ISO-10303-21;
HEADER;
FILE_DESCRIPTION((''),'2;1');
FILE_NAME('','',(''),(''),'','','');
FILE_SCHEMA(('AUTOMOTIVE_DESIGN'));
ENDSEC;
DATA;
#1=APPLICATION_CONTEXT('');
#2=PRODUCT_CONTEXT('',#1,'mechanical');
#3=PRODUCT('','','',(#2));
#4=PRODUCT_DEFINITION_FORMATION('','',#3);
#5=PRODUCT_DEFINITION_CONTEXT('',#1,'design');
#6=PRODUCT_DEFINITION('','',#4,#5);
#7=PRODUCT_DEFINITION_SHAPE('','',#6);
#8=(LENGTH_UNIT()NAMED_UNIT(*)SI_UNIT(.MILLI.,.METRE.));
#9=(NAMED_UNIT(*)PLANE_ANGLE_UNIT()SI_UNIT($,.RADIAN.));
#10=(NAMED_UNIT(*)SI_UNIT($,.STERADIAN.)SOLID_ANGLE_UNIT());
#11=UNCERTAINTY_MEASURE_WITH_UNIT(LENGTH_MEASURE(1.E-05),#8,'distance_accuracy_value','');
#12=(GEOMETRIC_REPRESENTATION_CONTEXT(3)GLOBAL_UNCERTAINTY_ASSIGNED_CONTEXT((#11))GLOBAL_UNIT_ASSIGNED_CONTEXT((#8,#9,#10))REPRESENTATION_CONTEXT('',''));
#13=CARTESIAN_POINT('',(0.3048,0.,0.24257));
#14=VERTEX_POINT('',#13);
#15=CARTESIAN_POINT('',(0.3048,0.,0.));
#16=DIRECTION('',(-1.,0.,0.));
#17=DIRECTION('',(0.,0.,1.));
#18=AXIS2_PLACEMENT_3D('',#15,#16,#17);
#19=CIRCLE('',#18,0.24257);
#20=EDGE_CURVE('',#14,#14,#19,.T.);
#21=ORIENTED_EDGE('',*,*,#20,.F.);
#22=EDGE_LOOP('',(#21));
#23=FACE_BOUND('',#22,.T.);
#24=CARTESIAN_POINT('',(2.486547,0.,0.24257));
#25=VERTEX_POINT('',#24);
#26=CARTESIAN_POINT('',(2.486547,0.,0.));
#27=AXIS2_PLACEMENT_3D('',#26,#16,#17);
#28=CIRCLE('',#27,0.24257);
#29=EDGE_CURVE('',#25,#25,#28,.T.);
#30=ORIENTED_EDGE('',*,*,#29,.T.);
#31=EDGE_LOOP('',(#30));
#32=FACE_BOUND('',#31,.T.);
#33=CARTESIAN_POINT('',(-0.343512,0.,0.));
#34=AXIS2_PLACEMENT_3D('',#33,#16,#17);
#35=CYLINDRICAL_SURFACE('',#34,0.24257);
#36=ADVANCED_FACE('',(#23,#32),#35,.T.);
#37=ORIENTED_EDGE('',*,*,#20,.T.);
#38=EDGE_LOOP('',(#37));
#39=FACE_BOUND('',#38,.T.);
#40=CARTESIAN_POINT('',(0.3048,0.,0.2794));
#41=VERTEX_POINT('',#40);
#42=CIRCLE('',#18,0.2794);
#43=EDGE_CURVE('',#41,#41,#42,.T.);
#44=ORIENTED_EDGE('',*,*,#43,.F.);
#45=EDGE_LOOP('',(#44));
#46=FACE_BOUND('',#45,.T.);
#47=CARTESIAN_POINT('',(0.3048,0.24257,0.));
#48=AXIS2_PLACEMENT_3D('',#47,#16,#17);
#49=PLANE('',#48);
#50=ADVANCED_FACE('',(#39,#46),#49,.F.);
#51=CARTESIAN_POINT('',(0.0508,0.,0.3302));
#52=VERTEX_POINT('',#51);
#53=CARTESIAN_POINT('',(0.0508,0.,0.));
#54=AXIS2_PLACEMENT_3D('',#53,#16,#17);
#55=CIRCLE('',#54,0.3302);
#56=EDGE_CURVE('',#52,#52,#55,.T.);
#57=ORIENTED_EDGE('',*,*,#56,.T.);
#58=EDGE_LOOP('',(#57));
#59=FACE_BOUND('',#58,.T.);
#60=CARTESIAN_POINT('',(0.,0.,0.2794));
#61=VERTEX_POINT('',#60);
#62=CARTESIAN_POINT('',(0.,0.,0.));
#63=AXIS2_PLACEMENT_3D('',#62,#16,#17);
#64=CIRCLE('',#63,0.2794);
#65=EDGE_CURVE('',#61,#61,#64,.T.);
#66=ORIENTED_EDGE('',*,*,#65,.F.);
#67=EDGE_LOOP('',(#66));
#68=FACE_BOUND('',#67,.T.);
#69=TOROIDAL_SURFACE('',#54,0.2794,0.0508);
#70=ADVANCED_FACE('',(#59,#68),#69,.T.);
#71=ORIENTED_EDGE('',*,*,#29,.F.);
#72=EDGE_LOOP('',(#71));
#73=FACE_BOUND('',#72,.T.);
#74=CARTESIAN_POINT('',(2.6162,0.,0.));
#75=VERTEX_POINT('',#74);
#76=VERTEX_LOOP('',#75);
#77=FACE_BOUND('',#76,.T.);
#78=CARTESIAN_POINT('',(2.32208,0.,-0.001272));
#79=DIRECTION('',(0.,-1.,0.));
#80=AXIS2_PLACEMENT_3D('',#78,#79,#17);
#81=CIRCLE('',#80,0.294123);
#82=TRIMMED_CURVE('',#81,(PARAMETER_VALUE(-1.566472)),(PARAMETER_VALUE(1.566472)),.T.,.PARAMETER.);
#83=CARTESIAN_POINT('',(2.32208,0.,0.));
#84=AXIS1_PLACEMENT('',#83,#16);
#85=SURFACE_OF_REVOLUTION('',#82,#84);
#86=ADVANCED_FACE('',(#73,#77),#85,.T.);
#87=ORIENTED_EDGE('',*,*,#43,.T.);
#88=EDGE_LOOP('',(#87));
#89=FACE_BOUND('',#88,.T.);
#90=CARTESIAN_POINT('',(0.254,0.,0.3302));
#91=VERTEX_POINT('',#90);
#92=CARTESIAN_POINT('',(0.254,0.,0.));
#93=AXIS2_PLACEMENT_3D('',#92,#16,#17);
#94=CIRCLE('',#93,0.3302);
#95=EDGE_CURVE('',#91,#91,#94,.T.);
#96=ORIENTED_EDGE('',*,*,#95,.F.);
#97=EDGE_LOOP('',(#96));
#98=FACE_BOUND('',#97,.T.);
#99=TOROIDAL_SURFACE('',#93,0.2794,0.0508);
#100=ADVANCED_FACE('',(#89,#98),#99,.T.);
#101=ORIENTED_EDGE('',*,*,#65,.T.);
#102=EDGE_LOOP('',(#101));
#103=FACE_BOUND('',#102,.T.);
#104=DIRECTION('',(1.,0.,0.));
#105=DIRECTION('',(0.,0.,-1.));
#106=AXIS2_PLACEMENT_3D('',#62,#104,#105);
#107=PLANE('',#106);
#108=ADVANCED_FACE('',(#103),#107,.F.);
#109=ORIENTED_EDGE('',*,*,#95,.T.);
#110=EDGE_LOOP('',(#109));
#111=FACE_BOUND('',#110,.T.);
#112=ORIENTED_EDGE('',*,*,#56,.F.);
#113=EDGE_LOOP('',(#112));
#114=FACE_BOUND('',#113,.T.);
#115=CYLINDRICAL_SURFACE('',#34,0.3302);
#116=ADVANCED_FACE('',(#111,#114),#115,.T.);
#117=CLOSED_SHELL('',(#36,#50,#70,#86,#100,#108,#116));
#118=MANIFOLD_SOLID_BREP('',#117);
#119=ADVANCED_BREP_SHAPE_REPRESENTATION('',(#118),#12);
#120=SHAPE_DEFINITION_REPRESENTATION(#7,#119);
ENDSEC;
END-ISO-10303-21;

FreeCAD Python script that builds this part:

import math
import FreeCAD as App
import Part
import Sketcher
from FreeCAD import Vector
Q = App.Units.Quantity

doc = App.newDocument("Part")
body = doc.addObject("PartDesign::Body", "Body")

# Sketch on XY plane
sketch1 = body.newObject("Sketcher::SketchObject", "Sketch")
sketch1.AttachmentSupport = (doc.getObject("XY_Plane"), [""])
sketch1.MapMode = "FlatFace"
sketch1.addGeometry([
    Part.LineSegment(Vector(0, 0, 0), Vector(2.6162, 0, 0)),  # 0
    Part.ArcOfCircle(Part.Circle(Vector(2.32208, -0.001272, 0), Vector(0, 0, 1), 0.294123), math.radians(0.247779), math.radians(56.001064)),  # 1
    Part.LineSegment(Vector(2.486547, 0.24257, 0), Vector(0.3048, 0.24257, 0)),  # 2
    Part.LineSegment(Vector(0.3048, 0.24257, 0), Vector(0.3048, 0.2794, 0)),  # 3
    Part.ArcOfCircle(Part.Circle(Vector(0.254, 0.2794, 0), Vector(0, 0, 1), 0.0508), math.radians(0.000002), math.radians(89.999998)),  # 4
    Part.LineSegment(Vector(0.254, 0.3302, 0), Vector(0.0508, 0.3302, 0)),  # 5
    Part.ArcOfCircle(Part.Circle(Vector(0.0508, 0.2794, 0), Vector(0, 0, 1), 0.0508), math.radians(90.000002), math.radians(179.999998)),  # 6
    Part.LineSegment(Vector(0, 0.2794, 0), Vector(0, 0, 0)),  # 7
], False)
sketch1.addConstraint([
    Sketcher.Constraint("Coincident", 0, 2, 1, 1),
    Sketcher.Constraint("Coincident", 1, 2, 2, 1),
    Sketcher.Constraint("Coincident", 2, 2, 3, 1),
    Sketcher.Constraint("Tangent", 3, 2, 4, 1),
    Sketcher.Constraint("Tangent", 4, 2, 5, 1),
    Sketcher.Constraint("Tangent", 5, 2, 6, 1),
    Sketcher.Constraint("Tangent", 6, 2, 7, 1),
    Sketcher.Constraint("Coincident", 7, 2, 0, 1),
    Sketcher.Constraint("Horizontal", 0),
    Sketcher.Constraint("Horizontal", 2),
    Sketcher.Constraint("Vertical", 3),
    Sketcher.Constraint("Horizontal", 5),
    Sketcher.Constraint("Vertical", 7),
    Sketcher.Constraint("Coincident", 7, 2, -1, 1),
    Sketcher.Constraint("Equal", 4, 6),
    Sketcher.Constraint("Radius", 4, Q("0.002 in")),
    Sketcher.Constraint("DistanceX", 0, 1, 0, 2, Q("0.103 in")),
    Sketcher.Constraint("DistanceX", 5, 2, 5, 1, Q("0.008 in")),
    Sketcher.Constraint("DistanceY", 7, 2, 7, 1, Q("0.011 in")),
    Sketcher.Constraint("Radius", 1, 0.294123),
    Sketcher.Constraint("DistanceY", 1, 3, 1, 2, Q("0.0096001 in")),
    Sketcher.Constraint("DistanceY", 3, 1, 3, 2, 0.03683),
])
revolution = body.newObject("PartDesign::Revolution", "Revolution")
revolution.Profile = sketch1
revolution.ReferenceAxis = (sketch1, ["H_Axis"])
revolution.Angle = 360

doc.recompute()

• YOUR ASSIGNMENT: Beginning at the top of the entries above, output each line exactly, and end with the line in which "#8=(LENGTH_UNIT()NAMED_UNIT(*)SI_UNIT(.MILLI.,.METRE.));" appears.

• ANSWER SPACE:
ISO-10303-21;
HEADER;
FILE_DESCRIPTION((''),'2;1');
FILE_NAME('','',(''),(''),'','','');
FILE_SCHEMA(('AUTOMOTIVE_DESIGN'));
ENDSEC;
DATA;
#1=APPLICATION_CONTEXT('');
#2=PRODUCT_CONTEXT('',#1,'mechanical');
#3=PRODUCT('','','',(#2));
#4=PRODUCT_DEFINITION_FORMATION('','',#3);
#5=PRODUCT_DEFINITION_CONTEXT('',#1,'design');
#6=PRODUCT_DEFINITION('','',#4,#5);
#7=PRODUCT_DEFINITION_SHAPE('','',#6);
#8=(LENGTH_UNIT()NAMED_UNIT(*)SI_UNIT(.MILLI.,.METRE.));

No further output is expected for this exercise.